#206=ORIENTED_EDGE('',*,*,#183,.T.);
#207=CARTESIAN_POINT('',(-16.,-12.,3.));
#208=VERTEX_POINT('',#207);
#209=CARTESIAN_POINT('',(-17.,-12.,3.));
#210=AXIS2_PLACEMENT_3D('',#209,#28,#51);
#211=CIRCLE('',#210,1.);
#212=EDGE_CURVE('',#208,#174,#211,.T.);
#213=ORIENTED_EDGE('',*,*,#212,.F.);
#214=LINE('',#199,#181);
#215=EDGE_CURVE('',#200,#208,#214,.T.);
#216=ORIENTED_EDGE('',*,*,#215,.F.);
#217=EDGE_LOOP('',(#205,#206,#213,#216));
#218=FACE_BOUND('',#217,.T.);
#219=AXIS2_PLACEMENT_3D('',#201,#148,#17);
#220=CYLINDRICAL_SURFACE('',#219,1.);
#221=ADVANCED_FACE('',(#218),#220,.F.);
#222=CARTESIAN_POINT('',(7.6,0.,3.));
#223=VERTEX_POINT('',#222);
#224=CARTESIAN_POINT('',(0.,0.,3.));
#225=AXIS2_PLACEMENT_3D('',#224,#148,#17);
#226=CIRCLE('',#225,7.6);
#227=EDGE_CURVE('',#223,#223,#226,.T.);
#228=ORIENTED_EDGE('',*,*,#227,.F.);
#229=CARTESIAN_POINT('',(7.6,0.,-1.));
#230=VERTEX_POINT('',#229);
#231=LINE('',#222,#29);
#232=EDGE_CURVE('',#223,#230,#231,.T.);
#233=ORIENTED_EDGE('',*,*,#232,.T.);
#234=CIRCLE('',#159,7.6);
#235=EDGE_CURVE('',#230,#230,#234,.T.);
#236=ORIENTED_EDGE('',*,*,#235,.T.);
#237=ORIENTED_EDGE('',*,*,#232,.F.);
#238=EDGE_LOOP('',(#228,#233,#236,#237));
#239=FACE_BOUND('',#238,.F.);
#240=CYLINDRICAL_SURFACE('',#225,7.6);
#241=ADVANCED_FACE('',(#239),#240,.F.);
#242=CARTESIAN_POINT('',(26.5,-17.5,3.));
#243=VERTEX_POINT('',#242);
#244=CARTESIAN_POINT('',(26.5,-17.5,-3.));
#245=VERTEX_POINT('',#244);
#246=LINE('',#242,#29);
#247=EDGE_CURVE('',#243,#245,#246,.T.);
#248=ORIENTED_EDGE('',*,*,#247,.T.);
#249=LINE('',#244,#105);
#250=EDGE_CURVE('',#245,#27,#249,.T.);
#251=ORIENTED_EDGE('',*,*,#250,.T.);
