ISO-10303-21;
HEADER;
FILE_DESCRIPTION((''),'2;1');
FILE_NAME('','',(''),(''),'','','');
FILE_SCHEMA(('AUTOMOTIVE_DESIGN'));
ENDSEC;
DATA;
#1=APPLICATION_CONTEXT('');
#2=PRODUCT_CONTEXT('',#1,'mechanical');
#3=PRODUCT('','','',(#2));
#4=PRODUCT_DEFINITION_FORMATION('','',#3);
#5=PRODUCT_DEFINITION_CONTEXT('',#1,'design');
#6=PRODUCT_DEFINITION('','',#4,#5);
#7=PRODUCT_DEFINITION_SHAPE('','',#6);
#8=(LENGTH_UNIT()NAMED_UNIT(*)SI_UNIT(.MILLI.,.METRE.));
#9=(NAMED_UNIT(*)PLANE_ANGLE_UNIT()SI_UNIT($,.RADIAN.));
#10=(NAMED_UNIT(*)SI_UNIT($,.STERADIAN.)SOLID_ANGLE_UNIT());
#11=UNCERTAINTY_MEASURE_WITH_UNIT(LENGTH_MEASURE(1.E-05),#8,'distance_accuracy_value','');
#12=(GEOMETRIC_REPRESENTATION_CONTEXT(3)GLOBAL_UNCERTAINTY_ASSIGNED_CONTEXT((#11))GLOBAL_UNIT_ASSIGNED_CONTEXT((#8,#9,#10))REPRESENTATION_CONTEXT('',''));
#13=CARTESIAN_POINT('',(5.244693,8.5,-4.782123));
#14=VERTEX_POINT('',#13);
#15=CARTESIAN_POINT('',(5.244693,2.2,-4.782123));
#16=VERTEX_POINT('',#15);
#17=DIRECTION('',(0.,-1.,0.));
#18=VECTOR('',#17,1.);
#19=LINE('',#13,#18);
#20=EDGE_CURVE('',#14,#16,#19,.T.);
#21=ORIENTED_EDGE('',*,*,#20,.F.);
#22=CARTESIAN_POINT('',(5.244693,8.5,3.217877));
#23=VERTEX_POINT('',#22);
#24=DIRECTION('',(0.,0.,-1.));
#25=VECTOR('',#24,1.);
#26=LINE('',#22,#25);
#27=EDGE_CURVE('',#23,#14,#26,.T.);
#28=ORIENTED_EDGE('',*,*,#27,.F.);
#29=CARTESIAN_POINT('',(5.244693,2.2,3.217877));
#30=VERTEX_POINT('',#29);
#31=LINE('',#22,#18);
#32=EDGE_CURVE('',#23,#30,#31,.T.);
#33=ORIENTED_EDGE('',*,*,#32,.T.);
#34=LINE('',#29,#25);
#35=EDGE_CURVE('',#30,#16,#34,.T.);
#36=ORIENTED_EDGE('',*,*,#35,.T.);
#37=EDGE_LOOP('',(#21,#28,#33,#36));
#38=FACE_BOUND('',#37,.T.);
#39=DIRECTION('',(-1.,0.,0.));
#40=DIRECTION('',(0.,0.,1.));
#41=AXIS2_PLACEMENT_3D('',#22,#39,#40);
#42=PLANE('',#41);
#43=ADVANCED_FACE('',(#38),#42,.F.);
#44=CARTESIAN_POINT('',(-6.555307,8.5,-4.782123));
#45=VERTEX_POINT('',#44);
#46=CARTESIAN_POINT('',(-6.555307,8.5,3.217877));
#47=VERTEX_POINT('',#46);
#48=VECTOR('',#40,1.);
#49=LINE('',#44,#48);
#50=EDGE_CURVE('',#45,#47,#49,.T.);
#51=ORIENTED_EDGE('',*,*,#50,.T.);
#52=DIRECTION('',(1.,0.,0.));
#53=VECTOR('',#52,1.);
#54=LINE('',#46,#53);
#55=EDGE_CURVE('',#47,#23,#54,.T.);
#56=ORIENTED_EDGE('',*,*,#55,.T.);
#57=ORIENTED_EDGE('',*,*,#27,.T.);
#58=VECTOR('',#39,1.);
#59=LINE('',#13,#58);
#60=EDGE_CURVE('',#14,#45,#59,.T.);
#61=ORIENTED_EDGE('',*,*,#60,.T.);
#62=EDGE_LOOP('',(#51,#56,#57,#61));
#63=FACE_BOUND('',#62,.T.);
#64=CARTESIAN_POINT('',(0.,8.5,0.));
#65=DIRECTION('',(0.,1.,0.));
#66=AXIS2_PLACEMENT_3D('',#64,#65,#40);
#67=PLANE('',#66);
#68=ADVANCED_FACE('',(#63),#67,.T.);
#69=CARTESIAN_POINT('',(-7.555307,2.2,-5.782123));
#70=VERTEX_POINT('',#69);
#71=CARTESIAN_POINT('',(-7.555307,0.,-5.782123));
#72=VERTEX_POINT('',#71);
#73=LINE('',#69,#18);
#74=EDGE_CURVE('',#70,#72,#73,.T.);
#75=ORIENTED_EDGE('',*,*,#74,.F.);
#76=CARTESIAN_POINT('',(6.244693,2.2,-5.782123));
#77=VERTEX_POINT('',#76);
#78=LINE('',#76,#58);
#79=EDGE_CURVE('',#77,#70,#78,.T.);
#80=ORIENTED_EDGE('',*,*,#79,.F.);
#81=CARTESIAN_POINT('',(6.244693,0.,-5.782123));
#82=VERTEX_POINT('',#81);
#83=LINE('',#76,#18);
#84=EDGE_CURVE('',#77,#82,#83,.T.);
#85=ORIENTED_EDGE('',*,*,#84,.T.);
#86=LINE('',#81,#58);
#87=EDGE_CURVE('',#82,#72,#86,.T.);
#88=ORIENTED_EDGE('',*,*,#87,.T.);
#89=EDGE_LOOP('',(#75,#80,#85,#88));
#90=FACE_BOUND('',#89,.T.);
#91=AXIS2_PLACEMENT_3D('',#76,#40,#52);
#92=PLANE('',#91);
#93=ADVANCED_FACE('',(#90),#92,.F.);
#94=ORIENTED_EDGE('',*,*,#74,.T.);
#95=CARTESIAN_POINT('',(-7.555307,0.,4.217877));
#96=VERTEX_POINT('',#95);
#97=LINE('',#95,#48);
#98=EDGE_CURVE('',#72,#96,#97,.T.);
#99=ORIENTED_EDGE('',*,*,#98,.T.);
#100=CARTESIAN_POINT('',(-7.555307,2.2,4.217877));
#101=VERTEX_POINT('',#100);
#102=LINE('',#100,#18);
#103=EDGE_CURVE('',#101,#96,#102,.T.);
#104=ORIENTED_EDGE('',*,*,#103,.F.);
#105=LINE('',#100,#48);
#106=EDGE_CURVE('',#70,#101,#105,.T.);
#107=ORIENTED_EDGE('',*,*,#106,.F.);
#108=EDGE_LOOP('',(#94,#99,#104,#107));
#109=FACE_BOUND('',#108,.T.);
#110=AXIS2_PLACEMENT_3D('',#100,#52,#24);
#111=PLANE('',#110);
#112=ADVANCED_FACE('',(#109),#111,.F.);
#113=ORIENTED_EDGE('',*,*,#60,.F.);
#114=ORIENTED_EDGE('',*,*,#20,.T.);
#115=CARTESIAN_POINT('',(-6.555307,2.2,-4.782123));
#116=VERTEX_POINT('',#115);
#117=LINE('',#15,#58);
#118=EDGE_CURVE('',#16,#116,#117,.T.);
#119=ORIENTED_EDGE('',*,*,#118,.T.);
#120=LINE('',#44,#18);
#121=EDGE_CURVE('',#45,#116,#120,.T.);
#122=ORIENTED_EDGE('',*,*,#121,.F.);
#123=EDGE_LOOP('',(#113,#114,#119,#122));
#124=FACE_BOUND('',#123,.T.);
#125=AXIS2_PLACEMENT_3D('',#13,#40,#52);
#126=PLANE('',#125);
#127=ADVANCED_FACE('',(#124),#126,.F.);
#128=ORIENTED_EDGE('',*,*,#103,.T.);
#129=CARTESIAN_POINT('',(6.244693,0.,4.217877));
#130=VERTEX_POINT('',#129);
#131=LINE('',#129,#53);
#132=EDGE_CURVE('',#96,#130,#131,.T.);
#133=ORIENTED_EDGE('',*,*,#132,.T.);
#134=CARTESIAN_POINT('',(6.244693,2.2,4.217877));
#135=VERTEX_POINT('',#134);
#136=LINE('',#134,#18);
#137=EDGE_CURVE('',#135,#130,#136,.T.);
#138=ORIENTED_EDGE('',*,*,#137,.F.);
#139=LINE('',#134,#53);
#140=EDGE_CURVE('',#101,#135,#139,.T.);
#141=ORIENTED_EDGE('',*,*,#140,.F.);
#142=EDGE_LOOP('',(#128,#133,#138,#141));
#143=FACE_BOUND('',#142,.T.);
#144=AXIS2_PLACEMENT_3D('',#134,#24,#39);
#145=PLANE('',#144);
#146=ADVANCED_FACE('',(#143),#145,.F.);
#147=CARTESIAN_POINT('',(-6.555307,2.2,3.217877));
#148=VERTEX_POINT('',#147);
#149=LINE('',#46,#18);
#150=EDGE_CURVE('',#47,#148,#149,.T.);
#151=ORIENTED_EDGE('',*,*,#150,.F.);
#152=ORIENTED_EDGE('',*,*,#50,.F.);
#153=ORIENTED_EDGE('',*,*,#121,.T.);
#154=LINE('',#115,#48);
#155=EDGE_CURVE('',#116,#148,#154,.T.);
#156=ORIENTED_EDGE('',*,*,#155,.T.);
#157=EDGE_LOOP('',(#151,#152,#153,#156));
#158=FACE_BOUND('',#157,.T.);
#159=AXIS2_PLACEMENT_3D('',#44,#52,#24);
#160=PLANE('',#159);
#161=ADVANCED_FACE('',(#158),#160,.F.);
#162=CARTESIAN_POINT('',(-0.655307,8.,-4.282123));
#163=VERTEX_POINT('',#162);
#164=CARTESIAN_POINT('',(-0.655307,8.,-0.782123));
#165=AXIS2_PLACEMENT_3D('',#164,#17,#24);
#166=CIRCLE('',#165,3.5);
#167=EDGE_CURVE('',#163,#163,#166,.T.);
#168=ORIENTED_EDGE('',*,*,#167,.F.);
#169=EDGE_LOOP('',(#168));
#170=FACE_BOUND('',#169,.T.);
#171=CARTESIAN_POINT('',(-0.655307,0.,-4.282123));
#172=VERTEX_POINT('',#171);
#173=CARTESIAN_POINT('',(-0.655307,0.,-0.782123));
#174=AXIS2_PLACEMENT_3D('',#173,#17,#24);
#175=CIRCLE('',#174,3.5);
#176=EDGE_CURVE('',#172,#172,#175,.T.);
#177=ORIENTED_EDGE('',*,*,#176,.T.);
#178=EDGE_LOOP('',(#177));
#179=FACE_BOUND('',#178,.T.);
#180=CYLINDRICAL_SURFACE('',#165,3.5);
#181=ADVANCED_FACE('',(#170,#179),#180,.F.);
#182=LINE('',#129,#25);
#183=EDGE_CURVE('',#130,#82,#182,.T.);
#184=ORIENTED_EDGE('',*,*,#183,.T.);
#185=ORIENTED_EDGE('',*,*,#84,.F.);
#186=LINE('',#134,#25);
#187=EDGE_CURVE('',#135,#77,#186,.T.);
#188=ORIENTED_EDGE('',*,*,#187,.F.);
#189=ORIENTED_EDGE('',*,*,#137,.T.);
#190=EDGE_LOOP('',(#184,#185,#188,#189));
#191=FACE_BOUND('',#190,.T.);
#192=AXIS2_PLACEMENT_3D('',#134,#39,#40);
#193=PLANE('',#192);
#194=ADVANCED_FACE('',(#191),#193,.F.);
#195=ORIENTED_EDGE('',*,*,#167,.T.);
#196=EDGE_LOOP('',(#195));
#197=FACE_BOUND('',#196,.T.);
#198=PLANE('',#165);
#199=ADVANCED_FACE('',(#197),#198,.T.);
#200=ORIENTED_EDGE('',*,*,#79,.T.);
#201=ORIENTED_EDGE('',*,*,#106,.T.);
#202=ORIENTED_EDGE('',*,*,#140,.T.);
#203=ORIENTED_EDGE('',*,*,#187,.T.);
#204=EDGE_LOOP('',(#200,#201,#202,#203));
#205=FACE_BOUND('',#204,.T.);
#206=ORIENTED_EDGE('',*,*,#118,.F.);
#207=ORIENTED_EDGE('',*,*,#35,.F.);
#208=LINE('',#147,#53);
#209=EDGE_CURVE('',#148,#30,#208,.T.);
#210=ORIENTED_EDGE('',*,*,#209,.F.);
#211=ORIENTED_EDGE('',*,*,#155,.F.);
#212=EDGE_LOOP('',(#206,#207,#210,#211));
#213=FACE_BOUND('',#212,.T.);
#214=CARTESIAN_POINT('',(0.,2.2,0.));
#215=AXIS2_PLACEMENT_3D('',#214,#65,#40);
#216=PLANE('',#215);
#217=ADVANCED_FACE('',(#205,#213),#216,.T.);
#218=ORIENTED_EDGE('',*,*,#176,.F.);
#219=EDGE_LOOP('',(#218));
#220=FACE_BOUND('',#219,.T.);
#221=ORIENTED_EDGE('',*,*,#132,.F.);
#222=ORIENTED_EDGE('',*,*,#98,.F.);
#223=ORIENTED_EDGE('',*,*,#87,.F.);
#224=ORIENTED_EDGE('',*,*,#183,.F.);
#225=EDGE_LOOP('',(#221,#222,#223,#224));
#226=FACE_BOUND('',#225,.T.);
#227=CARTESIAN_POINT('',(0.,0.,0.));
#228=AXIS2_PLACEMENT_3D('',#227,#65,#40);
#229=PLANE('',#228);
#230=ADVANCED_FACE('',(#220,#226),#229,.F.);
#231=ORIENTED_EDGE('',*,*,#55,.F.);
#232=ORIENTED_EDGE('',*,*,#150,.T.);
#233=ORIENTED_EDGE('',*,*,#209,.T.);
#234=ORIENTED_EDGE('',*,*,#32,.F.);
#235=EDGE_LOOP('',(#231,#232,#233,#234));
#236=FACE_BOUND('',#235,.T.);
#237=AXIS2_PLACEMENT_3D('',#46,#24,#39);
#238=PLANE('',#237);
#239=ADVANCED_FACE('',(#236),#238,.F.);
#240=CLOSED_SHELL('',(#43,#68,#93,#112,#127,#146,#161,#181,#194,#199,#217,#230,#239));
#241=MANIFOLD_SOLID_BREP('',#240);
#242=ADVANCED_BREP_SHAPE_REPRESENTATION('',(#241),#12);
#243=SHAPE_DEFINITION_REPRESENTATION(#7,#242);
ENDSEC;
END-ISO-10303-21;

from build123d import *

# Parameters (mm, degrees)
CROQUIS2_W              = 13.8
CROQUIS2_H              = 10
SALIENTE_EXTRUIR1_DEPTH = 2.2
CROQUIS3_W              = 11.8
CROQUIS3_H              = 8
SALIENTE_EXTRUIR2_DEPTH = 6.3
CROQUIS4_R              = 3.5
CORTAR_EXTRUIR1_DEPTH   = 8


with BuildPart() as part:
    # Croquis2 → Saliente-Extruir1 (new body)
    with BuildSketch(Plane(origin=(0, 0, 0), x_dir=(1, 0, 0), z_dir=(0, 1, 0))):
        with Locations((-0.655307263, 0.782122905)):
            Rectangle(CROQUIS2_W, CROQUIS2_H)
    extrude(amount=SALIENTE_EXTRUIR1_DEPTH)

    # Croquis3 → Saliente-Extruir2 (add)
    with BuildSketch(Plane(origin=(0, 2.2, 0), x_dir=(1, 0, 0), z_dir=(0, 1, 0))):
        with Locations((-0.655307263, 0.782122905)):
            Rectangle(CROQUIS3_W, CROQUIS3_H)
    extrude(amount=SALIENTE_EXTRUIR2_DEPTH)

    # Croquis4 → Cortar-Extruir1 (cut)
    with BuildSketch(Plane.XZ):
        with Locations((-0.655307263, -0.782122905)):
            Circle(CROQUIS4_R)
    extrude(amount=-CORTAR_EXTRUIR1_DEPTH, mode=Mode.SUBTRACT)


solid = part.part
■ ■ ■ ■ ■ ■ ■
_YOUR INSTRUCTIONS_.
Copy out only the lines of the records above from the one with "#110=AXIS2_PLACEMENT_3D('',#100,#52,#24);" through the one with "#117=LINE('',#15,#58);", exactly as they stand, both included.

_SOLUTION TO THE EXERCISE_.
#110=AXIS2_PLACEMENT_3D('',#100,#52,#24);
#111=PLANE('',#110);
#112=ADVANCED_FACE('',(#109),#111,.F.);
#113=ORIENTED_EDGE('',*,*,#60,.F.);
#114=ORIENTED_EDGE('',*,*,#20,.T.);
#115=CARTESIAN_POINT('',(-6.555307,2.2,-4.782123));
#116=VERTEX_POINT('',#115);
#117=LINE('',#15,#58);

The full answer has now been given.